** INFORMATION GIVEN follows **

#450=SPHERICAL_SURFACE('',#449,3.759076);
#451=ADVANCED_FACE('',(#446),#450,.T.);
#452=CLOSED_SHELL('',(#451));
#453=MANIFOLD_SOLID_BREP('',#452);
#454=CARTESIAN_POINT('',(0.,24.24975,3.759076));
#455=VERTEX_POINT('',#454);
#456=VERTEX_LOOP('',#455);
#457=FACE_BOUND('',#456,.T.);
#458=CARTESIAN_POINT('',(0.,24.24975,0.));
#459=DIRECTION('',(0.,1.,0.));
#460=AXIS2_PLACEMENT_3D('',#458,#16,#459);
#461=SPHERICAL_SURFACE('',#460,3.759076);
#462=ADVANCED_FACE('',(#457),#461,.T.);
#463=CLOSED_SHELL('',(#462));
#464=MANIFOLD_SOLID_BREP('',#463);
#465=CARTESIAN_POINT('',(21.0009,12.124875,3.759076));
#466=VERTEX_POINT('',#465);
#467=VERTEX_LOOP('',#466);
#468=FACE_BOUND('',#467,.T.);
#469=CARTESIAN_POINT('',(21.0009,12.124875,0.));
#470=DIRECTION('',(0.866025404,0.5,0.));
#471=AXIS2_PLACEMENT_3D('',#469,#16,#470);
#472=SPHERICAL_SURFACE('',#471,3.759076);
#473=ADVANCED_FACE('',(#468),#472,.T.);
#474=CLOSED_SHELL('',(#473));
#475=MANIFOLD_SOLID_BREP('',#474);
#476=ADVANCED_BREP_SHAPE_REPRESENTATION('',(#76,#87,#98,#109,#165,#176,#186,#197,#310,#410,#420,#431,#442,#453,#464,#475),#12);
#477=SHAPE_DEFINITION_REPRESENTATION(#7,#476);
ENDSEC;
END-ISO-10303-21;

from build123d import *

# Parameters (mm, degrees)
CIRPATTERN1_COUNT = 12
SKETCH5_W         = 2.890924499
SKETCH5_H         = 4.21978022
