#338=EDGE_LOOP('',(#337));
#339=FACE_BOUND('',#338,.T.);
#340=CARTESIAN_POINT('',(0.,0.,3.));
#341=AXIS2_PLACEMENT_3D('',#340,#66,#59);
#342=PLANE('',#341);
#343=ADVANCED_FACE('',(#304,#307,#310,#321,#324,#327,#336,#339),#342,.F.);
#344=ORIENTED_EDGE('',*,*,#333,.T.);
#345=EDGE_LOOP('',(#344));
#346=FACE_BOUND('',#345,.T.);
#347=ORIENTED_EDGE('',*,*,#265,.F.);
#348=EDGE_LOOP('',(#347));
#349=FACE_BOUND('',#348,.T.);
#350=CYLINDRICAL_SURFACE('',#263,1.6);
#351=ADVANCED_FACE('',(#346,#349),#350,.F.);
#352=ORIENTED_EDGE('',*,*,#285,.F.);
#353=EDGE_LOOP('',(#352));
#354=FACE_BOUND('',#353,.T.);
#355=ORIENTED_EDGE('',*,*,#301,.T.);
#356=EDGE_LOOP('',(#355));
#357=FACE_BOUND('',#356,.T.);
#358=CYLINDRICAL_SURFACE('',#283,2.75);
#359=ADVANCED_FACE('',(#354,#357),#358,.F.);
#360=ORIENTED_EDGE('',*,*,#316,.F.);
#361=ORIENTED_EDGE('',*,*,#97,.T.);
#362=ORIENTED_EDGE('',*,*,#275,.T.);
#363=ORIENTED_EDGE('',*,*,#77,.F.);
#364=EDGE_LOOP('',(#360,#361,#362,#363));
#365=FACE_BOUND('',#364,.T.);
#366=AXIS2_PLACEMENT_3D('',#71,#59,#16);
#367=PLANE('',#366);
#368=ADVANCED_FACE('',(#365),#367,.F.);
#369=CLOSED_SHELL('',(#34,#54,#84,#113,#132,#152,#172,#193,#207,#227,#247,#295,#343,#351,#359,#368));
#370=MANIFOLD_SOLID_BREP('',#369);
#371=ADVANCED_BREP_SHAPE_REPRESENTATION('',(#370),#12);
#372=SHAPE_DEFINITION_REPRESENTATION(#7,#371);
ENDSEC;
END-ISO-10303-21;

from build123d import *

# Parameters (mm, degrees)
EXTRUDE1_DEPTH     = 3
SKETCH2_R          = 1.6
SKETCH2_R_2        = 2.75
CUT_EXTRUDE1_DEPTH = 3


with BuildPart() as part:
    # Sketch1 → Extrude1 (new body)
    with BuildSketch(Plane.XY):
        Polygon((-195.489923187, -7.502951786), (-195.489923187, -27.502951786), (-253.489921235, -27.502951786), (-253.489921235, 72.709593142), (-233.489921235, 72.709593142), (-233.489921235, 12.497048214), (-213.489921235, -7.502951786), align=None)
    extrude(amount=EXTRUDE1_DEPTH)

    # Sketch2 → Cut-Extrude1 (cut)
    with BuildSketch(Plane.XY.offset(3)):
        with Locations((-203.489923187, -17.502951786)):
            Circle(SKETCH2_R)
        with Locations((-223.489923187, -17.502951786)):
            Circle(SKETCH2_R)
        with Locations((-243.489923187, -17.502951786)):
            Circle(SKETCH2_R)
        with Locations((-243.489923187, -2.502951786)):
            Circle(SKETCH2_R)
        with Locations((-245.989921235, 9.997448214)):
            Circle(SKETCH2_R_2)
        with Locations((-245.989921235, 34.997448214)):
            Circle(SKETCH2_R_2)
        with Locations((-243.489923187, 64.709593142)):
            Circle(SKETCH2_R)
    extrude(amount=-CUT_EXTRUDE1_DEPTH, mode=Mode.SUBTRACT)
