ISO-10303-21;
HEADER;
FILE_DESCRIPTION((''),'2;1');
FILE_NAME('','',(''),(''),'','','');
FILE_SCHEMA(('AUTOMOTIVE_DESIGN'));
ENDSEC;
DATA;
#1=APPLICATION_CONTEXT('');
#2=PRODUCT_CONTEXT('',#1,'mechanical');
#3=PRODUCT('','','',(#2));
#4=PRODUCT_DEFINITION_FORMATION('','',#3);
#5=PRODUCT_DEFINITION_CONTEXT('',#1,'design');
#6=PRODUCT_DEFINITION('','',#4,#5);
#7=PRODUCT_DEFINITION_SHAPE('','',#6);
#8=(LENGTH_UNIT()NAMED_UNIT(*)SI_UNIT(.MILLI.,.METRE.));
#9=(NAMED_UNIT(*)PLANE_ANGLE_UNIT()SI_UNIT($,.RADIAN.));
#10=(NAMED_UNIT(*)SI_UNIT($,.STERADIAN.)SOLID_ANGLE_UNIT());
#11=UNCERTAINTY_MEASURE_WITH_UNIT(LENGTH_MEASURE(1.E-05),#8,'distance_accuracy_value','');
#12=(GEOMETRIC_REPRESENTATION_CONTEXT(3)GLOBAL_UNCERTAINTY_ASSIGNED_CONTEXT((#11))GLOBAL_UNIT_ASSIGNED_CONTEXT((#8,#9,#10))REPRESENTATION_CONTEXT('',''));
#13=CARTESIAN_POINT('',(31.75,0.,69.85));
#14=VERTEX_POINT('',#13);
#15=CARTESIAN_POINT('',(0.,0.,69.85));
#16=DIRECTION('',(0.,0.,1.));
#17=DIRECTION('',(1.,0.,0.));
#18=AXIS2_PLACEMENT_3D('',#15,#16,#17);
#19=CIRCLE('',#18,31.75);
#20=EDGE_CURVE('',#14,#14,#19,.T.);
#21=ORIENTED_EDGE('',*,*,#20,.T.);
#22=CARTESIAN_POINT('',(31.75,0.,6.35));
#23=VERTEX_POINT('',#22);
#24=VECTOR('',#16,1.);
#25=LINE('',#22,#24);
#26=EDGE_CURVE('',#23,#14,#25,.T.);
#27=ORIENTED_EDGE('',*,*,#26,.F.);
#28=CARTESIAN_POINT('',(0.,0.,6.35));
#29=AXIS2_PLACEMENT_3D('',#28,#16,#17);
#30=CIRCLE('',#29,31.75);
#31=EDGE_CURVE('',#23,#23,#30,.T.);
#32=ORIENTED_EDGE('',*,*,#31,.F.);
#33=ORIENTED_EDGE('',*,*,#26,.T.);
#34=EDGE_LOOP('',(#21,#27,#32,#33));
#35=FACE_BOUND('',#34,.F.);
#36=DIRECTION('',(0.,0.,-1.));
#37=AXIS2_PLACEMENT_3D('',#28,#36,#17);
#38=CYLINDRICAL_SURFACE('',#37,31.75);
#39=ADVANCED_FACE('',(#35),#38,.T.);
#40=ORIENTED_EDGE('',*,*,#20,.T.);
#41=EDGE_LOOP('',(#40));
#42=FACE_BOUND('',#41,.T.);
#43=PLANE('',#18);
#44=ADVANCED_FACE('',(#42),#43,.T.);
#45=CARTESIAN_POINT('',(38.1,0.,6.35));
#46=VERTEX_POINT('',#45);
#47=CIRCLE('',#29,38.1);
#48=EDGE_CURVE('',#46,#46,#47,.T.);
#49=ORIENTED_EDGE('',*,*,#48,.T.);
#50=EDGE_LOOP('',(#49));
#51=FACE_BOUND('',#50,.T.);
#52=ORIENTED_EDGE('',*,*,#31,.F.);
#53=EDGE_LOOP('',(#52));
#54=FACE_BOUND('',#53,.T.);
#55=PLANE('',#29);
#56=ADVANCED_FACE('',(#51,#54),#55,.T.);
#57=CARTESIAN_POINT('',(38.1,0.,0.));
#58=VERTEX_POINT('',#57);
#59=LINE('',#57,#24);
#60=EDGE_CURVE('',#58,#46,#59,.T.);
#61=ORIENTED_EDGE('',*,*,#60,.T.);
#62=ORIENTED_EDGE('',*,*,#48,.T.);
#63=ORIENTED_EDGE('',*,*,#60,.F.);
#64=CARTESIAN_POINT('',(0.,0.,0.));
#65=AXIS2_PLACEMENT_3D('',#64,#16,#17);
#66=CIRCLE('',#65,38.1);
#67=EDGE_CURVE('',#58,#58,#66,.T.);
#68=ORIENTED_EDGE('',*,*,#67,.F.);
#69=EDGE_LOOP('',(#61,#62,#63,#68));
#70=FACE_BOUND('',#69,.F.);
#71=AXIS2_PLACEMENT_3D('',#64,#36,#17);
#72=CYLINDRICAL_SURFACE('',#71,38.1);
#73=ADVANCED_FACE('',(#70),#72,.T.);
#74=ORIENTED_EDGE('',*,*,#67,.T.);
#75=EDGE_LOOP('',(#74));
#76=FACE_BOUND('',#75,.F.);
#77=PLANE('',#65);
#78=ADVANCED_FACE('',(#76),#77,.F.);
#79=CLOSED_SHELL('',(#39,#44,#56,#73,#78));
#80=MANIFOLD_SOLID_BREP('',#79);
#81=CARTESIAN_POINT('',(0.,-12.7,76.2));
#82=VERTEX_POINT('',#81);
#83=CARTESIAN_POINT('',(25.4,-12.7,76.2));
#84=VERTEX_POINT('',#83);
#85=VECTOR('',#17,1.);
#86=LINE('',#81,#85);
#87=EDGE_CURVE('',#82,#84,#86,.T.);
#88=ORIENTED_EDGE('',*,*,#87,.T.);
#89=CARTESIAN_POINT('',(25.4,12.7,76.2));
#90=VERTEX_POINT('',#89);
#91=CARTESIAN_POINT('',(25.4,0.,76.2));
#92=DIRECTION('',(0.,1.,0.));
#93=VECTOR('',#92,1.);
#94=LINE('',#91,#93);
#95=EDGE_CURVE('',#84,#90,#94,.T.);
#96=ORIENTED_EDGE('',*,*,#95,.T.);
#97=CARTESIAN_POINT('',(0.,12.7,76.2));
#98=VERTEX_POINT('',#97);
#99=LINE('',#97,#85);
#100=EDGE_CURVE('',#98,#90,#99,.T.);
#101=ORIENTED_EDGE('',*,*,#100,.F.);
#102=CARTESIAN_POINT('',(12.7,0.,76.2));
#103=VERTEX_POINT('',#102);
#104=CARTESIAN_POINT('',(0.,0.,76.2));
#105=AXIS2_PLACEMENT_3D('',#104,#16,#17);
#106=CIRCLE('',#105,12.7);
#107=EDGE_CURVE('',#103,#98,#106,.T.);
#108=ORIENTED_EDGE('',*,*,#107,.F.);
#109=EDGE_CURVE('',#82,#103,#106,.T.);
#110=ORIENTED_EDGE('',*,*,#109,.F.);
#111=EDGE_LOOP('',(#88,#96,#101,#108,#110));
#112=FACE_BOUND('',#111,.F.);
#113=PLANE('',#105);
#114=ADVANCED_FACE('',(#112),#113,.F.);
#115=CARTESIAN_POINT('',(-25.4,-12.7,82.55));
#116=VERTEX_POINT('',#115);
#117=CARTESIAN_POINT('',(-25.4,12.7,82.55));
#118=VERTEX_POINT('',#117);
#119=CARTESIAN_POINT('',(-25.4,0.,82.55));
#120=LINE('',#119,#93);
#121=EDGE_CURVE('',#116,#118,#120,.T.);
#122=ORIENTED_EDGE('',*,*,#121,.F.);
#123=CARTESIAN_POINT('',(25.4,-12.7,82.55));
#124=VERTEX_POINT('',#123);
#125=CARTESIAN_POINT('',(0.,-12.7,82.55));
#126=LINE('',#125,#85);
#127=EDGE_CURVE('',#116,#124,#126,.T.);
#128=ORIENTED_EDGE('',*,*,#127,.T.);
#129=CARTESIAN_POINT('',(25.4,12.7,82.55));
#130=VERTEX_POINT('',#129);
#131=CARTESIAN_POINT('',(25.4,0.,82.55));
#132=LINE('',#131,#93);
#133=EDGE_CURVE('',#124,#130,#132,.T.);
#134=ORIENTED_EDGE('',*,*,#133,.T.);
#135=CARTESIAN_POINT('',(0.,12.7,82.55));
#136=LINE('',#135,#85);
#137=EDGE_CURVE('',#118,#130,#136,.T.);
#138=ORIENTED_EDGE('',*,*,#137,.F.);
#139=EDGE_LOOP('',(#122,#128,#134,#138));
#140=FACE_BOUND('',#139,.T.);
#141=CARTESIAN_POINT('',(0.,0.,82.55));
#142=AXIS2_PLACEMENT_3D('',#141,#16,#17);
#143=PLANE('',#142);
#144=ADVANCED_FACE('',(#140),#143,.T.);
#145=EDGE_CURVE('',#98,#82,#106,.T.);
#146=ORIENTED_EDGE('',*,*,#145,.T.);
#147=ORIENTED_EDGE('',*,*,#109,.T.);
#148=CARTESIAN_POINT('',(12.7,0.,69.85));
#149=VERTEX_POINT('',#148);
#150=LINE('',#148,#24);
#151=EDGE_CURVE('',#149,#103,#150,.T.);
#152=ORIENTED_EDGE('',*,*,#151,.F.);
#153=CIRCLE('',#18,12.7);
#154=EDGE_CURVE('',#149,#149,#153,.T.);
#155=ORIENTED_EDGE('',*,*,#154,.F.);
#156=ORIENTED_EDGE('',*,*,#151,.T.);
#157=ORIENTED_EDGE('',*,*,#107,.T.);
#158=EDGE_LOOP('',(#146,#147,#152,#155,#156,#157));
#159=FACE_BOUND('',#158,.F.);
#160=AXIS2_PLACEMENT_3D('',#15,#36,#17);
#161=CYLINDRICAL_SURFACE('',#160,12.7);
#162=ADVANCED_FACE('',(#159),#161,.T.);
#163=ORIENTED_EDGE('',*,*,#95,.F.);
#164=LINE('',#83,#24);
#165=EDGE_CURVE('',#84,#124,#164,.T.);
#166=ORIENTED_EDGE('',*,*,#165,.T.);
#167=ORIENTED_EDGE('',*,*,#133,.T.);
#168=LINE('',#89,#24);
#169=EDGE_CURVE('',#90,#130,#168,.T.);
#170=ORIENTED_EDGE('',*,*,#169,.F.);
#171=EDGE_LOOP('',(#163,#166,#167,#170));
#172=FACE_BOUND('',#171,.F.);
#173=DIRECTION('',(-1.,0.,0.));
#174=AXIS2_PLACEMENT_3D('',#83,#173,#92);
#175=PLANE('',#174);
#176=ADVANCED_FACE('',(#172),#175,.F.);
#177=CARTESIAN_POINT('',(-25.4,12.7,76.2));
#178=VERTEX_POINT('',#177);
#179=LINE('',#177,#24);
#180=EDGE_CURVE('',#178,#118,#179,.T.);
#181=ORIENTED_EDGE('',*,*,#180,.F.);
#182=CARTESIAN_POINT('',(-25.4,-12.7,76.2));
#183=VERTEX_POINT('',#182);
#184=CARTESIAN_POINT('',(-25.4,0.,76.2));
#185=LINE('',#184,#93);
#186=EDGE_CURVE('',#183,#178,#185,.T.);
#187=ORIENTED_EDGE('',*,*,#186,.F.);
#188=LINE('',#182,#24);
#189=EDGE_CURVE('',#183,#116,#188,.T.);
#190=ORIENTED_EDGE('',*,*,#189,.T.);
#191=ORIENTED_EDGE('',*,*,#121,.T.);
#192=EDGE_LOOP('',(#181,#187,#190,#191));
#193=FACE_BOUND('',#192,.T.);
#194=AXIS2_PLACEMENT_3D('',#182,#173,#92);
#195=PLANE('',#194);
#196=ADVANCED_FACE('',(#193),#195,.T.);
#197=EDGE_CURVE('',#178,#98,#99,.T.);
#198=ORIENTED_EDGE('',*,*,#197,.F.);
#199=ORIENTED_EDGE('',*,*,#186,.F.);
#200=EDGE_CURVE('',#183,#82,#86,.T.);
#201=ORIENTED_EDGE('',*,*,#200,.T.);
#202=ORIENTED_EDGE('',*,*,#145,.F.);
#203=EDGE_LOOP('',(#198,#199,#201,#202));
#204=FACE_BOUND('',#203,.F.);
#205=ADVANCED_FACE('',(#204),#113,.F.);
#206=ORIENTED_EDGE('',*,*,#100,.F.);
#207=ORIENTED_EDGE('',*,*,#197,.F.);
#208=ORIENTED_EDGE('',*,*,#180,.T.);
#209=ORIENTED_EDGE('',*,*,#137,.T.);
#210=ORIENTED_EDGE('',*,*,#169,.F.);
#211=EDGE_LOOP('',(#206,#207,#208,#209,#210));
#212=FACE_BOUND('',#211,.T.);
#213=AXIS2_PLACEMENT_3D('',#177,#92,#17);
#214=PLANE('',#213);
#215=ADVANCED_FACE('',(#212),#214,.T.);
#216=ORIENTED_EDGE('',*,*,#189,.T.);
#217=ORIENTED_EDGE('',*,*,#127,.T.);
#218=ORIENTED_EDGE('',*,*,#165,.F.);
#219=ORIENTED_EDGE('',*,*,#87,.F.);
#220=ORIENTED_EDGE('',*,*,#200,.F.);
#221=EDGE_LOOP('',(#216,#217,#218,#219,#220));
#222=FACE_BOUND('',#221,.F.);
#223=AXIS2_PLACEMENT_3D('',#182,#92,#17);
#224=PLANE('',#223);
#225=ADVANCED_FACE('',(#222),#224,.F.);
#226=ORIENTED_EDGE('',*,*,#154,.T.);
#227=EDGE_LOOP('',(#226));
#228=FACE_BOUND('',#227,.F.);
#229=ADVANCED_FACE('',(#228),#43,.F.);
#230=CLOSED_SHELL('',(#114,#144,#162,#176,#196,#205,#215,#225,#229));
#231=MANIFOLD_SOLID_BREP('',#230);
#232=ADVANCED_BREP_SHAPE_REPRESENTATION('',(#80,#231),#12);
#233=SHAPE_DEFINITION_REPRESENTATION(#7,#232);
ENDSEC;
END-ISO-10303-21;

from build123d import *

# Parameters (mm, degrees)
F0_R     = 38.1
F1_DEPTH = 6.35
F2_R     = 31.75
F3_DEPTH = 63.5
F4_R     = 12.7
F5_DEPTH = 6.35
F6_W     = 50.8
F6_H     = 25.4
F7_DEPTH = 6.35


with BuildPart() as f1:
    # F0 (on Top) → F1 (new body)
    with BuildSketch(Plane.XY):
        Circle(F0_R)
    extrude(amount=F1_DEPTH)

    # F2 (on face) → F3 (join)
    with BuildSketch(Plane.XY.offset(6.35)):
        Circle(F2_R)
    extrude(amount=F3_DEPTH)


with BuildPart() as f5:
    # F4 (on face) → F5 (new body)
    with BuildSketch(Plane.XY.offset(69.85)):
        Circle(F4_R)
    extrude(amount=F5_DEPTH)

    # F6 (on face) → F7 (join)
    with BuildSketch(Plane.XY.offset(76.2)):
        Rectangle(F6_W, F6_H)
    extrude(amount=F7_DEPTH)


solid = Compound([f1.part, f5.part])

** End of INFORMATION GIVEN **

| WHAT THE TASK ASKS |
Scan the material above for the string "DIRECTION" and copy every line that has it.

| RESULT BELOW |
#459=DIRECTION('',(0.,1.,0.));
#470=DIRECTION('',(0.866025404,0.5,0.));
#16=DIRECTION('',(0.,0.,1.));
#17=DIRECTION('',(1.,0.,0.));
#36=DIRECTION('',(0.,0.,-1.));
#92=DIRECTION('',(0.,1.,0.));
#173=DIRECTION('',(-1.,0.,0.));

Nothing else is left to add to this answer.